→ Problem description: Begin with the line containing "f 349 358 674" and copy each line exactly through the last line of the entries, inclusive.

(Saved data entries)
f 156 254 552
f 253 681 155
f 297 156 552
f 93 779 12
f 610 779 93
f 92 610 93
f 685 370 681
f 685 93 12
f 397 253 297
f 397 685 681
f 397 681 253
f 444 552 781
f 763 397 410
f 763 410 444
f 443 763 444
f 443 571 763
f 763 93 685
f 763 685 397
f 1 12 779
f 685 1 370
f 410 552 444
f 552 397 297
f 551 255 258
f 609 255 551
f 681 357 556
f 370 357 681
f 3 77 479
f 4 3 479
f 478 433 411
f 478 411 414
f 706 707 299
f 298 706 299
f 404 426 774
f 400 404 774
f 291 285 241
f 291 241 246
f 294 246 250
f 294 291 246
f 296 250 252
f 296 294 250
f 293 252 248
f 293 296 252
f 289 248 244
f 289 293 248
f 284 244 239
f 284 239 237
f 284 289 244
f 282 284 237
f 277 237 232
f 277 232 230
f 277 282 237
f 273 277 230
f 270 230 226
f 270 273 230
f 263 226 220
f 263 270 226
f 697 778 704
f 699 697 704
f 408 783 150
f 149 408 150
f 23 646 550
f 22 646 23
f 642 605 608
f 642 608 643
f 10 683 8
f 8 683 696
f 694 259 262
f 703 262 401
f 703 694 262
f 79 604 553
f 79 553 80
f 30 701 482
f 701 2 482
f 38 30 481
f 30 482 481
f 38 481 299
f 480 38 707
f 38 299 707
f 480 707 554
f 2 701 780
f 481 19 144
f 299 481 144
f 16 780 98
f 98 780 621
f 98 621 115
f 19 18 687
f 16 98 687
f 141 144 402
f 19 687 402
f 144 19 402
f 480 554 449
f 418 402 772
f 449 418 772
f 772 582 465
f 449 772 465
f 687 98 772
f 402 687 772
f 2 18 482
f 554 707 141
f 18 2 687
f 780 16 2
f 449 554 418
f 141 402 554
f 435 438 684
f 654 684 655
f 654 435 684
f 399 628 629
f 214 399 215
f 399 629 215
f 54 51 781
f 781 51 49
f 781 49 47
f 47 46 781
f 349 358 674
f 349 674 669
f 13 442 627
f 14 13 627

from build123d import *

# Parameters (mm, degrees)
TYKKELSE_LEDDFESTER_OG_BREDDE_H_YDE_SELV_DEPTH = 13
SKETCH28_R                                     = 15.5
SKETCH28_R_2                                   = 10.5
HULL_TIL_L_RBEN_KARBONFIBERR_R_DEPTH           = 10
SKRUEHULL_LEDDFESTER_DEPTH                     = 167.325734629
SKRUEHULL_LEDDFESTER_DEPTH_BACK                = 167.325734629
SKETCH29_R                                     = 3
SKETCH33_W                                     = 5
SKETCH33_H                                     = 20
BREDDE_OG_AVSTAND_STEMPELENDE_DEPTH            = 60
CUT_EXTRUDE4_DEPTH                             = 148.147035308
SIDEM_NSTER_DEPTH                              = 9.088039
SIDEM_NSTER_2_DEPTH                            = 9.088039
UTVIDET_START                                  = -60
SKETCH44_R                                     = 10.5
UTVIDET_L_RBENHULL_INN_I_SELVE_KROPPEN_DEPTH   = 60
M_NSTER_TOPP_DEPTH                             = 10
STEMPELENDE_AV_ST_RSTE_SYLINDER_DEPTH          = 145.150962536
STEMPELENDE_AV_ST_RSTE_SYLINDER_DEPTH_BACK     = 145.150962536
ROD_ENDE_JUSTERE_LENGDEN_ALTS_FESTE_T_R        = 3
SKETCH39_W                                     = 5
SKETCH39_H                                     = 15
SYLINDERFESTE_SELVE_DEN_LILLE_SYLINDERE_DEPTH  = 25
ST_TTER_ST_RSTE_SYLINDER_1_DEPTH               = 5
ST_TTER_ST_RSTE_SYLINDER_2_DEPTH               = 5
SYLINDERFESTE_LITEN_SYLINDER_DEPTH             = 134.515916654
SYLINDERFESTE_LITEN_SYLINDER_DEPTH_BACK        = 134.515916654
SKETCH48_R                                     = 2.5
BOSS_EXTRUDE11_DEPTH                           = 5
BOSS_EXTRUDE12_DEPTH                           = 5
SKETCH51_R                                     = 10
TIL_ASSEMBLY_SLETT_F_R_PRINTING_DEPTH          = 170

→ Written answer:
f 349 358 674
f 349 674 669
f 13 442 627
f 14 13 627

from build123d import *

# Parameters (mm, degrees)
TYKKELSE_LEDDFESTER_OG_BREDDE_H_YDE_SELV_DEPTH = 13
SKETCH28_R                                     = 15.5
SKETCH28_R_2                                   = 10.5
HULL_TIL_L_RBEN_KARBONFIBERR_R_DEPTH           = 10
SKRUEHULL_LEDDFESTER_DEPTH                     = 167.325734629
SKRUEHULL_LEDDFESTER_DEPTH_BACK                = 167.325734629
SKETCH29_R                                     = 3
SKETCH33_W                                     = 5
SKETCH33_H                                     = 20
BREDDE_OG_AVSTAND_STEMPELENDE_DEPTH            = 60
CUT_EXTRUDE4_DEPTH                             = 148.147035308
SIDEM_NSTER_DEPTH                              = 9.088039
SIDEM_NSTER_2_DEPTH                            = 9.088039
UTVIDET_START                                  = -60
SKETCH44_R                                     = 10.5
UTVIDET_L_RBENHULL_INN_I_SELVE_KROPPEN_DEPTH   = 60
M_NSTER_TOPP_DEPTH                             = 10
STEMPELENDE_AV_ST_RSTE_SYLINDER_DEPTH          = 145.150962536
STEMPELENDE_AV_ST_RSTE_SYLINDER_DEPTH_BACK     = 145.150962536
ROD_ENDE_JUSTERE_LENGDEN_ALTS_FESTE_T_R        = 3
SKETCH39_W                                     = 5
SKETCH39_H                                     = 15
SYLINDERFESTE_SELVE_DEN_LILLE_SYLINDERE_DEPTH  = 25
ST_TTER_ST_RSTE_SYLINDER_1_DEPTH               = 5
ST_TTER_ST_RSTE_SYLINDER_2_DEPTH               = 5
SYLINDERFESTE_LITEN_SYLINDER_DEPTH             = 134.515916654
SYLINDERFESTE_LITEN_SYLINDER_DEPTH_BACK        = 134.515916654
SKETCH48_R                                     = 2.5
BOSS_EXTRUDE11_DEPTH                           = 5
BOSS_EXTRUDE12_DEPTH                           = 5
SKETCH51_R                                     = 10
TIL_ASSEMBLY_SLETT_F_R_PRINTING_DEPTH          = 170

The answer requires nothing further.